───── Data for analysis ─────
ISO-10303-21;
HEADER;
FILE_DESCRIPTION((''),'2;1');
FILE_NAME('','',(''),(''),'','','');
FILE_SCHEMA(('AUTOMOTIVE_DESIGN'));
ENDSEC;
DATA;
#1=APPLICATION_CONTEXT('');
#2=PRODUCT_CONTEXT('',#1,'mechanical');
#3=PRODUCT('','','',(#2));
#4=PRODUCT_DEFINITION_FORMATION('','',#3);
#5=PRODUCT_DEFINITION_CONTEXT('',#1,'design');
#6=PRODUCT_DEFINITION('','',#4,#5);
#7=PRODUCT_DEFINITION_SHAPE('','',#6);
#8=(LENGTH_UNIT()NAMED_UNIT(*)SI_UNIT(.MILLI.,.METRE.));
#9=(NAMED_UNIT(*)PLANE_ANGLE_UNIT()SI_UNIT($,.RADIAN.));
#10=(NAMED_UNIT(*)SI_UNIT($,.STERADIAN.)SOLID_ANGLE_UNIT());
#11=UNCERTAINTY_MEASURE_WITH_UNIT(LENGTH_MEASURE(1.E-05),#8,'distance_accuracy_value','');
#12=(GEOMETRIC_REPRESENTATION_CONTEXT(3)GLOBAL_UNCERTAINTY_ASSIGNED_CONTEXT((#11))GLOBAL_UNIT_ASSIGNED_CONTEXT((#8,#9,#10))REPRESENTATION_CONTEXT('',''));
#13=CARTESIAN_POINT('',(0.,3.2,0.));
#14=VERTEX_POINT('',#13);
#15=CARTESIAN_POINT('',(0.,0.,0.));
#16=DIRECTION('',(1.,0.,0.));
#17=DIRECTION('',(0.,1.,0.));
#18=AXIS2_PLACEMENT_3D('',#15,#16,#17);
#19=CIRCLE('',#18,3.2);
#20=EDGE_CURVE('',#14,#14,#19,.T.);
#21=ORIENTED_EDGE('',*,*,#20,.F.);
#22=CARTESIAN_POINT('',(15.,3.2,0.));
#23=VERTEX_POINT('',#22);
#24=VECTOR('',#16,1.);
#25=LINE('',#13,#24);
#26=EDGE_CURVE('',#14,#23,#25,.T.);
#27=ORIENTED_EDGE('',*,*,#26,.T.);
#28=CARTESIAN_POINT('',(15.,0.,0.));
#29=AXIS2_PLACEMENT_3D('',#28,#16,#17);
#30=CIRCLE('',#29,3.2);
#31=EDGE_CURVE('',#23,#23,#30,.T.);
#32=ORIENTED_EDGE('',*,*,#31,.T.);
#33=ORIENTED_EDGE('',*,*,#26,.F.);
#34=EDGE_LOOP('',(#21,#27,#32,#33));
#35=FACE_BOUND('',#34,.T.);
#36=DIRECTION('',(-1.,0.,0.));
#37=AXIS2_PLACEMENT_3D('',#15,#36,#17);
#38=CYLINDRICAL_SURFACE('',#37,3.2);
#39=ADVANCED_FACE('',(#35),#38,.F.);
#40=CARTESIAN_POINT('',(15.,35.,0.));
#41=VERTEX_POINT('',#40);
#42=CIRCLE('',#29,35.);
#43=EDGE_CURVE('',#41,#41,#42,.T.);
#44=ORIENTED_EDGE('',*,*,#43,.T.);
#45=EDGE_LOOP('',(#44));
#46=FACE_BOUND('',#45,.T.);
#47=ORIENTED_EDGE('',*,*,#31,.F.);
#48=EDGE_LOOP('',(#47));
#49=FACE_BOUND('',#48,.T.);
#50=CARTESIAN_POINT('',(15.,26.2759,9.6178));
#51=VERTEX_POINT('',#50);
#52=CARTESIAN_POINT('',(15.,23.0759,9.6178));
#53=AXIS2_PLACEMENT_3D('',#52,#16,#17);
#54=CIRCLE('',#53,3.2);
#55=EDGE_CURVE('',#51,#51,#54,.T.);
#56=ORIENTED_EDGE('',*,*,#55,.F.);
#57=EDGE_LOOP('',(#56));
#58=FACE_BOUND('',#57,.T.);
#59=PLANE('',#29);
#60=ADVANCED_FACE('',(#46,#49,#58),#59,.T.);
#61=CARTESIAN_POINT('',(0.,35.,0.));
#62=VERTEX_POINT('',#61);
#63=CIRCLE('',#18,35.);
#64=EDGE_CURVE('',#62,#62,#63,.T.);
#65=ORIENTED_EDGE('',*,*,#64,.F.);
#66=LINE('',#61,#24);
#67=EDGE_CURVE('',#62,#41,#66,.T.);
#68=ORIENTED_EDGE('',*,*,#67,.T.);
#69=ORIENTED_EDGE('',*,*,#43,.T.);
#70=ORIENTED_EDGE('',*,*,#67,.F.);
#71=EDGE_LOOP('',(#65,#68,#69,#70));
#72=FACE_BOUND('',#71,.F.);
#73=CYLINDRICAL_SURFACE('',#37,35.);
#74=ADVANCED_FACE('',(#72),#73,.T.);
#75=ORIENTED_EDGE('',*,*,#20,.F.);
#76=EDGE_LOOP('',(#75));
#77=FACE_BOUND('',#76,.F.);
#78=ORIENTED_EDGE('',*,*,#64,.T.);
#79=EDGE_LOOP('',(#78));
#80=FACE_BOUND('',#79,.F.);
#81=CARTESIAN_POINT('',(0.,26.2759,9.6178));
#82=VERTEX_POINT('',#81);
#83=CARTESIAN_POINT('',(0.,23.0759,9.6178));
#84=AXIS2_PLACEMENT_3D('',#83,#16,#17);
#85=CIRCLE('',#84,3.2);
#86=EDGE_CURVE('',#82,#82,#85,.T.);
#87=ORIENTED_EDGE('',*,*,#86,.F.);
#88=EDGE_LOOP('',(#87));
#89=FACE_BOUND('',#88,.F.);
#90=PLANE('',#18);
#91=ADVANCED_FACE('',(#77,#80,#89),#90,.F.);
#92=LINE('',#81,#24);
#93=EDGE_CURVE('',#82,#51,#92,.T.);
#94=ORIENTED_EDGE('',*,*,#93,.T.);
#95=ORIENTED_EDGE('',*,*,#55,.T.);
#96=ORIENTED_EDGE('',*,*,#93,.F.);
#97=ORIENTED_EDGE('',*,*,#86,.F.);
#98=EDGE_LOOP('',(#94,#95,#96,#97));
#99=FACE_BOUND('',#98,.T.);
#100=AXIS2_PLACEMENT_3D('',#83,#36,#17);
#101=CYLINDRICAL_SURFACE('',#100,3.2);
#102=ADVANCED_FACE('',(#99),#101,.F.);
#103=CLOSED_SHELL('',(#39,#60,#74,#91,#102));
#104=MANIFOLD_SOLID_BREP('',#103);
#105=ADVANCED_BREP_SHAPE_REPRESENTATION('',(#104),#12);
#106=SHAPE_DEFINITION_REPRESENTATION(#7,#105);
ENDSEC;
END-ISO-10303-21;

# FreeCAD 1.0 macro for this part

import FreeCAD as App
import Part
import Sketcher
Q = App.Units.Quantity

doc = App.newDocument("Part")
body = doc.addObject("PartDesign::Body", "Body")

sketch1 = doc.addObject("Sketcher::SketchObject", "Sketch")
body.addObject(sketch1)
sketch1.AttachmentSupport = (doc.YZ_Plane, [""])
sketch1.MapMode = "FlatFace"
sketch1.addGeometry([
    Part.Circle(App.Vector(0, 0, 0), App.Vector(0, 0, 1), 35),
    Part.Circle(App.Vector(0, 0, 0), App.Vector(0, 0, 1), 3.2),
    Part.Circle(App.Vector(23.1, 9.6, 0), App.Vector(0, 0, 1), 3.2),
], False)
sketch1.addConstraint([
    Sketcher.Constraint("Coincident", 0, 3, -1, 1),
    Sketcher.Constraint("Coincident", 1, 3, -1, 1),
    Sketcher.Constraint("Equal", 1, 2),
    Sketcher.Constraint("Diameter", 0, Q("70 mm")),
    Sketcher.Constraint("Diameter", 1, Q("6.4 mm")),
    Sketcher.Constraint("DistanceX", -1, 1, 2, 3, Q("23.076 mm")),
    Sketcher.Constraint("DistanceY", -1, 1, 2, 3, Q("9.6178 mm")),
])
pad1 = doc.addObject("PartDesign::Pad", "Pad")
body.addObject(pad1)
pad1.Profile = sketch1
pad1.Length = 15

doc.recompute()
─────
◆ Task instructions ◆
What are the lines above, starting at the one with "#21=ORIENTED_EDGE('',*,*,#20,.F.);" and ending at the one with "#39=ADVANCED_FACE('',(#35),#38,.F.);"? Give them again exactly, and only them.

◆ Answer to the problem ◆
#21=ORIENTED_EDGE('',*,*,#20,.F.);
#22=CARTESIAN_POINT('',(15.,3.2,0.));
#23=VERTEX_POINT('',#22);
#24=VECTOR('',#16,1.);
#25=LINE('',#13,#24);
#26=EDGE_CURVE('',#14,#23,#25,.T.);
#27=ORIENTED_EDGE('',*,*,#26,.T.);
#28=CARTESIAN_POINT('',(15.,0.,0.));
#29=AXIS2_PLACEMENT_3D('',#28,#16,#17);
#30=CIRCLE('',#29,3.2);
#31=EDGE_CURVE('',#23,#23,#30,.T.);
#32=ORIENTED_EDGE('',*,*,#31,.T.);
#33=ORIENTED_EDGE('',*,*,#26,.F.);
#34=EDGE_LOOP('',(#21,#27,#32,#33));
#35=FACE_BOUND('',#34,.T.);
#36=DIRECTION('',(-1.,0.,0.));
#37=AXIS2_PLACEMENT_3D('',#15,#36,#17);
#38=CYLINDRICAL_SURFACE('',#37,3.2);
#39=ADVANCED_FACE('',(#35),#38,.F.);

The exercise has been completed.